Dirjen Anggaran Kemenkeu Isa Rachmatarwata menyebut, perusahaan pelat merah adalah kekayaan negara yang dipisahkan.
Dengan begitu, Isa menegaskan Kemenkeu tidak bisa mengucurkan langsung duit dari Anggaran Pendapatan dan Belanja Negara (APBN) untuk pembayaran utang tersebut.
“Kecuali kalau memang ada utang pemerintah kepada BUMN, itu akan kami bayar sejumlah kewajiban pemerintah ke BUMN tersebut, misalnya case Pertamina dan PLN dulu,” katanya dalam konferensi pers APBN KiTA, Jumat (11/8).

Sebelumnya, Ketua Dewan Komisioner Otoritas Jasa Keuangan (OJK) Mahendra Siregar menyebut, BUMN Karya menumpuk segudang utang ke perbankan negara.
Tak tanggung-tanggung, jumlahnya menyentuh Rp 46,21 triliun.
Akan tetapi, Mahendra enggan merinci berapa BUMN Karya yang mendapat pinjaman sebesar itu dan porsinya.
Ia berdalih data tersebut terlalu teknis.

Secara terpisah, Menteri BUMN Erick Thohir menyebut pemerintah berencana membatasi kredit yang disalurkan Himpunan Bank Milik Negara (Himbara) kepada BUMN Karya.
Erick mengaku rencana ini sedang dibicarakan antara pimpinan bank pelat merah dan BUMN Karya.
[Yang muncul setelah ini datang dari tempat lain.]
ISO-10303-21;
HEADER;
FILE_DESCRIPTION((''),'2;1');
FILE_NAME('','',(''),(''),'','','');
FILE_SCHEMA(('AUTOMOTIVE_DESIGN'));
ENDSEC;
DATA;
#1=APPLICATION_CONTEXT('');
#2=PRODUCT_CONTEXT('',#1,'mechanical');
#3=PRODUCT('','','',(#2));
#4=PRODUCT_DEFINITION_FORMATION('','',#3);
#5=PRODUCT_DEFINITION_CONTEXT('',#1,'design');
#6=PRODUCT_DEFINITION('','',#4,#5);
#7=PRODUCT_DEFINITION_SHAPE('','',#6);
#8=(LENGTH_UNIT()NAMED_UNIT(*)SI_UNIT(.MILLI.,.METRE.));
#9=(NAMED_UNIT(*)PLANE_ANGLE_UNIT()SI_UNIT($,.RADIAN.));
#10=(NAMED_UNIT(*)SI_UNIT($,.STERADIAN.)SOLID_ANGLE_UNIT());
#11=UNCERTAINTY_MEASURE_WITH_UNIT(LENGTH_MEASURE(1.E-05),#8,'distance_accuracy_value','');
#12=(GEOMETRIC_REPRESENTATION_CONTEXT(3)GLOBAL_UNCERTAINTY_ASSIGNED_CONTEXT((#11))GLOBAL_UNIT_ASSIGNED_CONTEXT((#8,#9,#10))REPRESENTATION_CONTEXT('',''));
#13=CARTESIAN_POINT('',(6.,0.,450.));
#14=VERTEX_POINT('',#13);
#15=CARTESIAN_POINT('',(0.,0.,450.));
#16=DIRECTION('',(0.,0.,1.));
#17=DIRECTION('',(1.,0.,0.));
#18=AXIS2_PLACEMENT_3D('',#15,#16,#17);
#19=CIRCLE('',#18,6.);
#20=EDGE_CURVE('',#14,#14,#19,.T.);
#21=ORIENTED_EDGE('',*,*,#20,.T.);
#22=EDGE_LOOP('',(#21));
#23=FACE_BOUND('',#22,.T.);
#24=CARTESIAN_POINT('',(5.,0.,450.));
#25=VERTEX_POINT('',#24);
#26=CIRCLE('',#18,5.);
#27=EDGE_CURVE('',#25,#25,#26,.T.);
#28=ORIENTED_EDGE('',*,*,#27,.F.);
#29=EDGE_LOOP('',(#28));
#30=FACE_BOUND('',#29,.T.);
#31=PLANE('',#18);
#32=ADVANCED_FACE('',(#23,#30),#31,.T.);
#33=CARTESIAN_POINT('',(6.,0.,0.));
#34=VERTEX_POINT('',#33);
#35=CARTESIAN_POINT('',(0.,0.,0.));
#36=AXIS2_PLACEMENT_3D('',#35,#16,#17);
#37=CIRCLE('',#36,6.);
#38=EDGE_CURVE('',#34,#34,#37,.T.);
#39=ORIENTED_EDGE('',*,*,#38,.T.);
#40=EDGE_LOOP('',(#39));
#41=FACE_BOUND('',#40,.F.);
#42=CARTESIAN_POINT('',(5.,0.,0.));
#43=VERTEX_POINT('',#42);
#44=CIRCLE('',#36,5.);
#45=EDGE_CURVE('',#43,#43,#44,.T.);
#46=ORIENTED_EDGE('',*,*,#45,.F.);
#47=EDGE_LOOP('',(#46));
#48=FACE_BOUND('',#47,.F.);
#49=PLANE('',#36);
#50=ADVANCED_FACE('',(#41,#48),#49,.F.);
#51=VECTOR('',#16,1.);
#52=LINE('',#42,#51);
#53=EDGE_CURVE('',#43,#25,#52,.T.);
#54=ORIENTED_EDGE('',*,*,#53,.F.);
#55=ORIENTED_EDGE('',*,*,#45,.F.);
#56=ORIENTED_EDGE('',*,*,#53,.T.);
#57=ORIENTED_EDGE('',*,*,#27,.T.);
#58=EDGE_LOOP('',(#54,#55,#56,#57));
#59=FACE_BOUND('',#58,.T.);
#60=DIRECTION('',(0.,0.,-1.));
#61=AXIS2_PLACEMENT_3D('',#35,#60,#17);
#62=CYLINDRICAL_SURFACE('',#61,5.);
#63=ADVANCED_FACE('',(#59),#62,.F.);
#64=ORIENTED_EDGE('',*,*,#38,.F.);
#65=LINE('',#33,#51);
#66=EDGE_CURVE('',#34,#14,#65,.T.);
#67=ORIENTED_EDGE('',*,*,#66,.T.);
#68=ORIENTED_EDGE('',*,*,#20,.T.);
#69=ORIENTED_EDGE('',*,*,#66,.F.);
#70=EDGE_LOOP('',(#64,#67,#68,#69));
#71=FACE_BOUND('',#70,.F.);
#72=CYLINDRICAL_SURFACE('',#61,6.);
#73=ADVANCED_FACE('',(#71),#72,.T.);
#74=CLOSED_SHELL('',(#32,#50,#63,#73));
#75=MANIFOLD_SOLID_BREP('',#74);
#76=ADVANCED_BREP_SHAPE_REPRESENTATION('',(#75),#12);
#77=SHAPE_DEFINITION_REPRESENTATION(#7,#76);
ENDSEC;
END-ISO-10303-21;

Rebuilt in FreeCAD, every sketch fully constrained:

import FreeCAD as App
import Part
import Sketcher
Q = App.Units.Quantity

doc = App.newDocument("Part")
params = doc.addObject("Spreadsheet::Sheet", "Params")
for row, (alias, value) in enumerate([
    ("sketch1_diameter", "12 mm"),
    ("sketch1_diameter2", "10 mm"),
    ("pad1_length", "450 mm"),
], start=1):
    params.set(f"A{row}", alias)
    params.set(f"B{row}", "=" + value)
    params.setAlias(f"B{row}", alias)

body = doc.addObject("PartDesign::Body", "Body")

# Sketch on XY plane
sketch1 = body.newObject("Sketcher::SketchObject", "Sketch")
sketch1.AttachmentSupport = (doc.getObject("XY_Plane"), [""])
sketch1.MapMode = "FlatFace"
sketch1.addGeometry(Part.Circle(App.Vector(0, 0, 0), App.Vector(0, 0, 1), 6), False)
sketch1.addGeometry(Part.Circle(App.Vector(0, 0, 0), App.Vector(0, 0, 1), 5), False)
sketch1.addConstraint(Sketcher.Constraint("Coincident", 0, 3, -1, 1))
sketch1.addConstraint(Sketcher.Constraint("Coincident", 1, 3, -1, 1))
sketch1.addConstraint(Sketcher.Constraint("Diameter", 0, Q("12 mm")))
sketch1.addConstraint(Sketcher.Constraint("Diameter", 1, Q("10 mm")))
sketch1.setExpression("Constraints[2]", "Params.sketch1_diameter")
sketch1.setExpression("Constraints[3]", "Params.sketch1_diameter2")
pad1 = body.newObject("PartDesign::Pad", "Pad")
pad1.Profile = sketch1
pad1.setExpression("Length", "Params.pad1_length")

doc.recompute()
“Jangan sampai di aksi korporasi di atas kita bantu, (tapi) nanti ada penyelewengan. Mestinya buat proyek, ini (malah) beli tanah, beli gedung. Itu problem lho di Karya, dan ini kembali bukan problem hari ini, ini problem beberapa tahun yang lalu,” tuturnya di Bursa Efek Indonesia (BEI), Jakarta Selatan, Senin (7/8).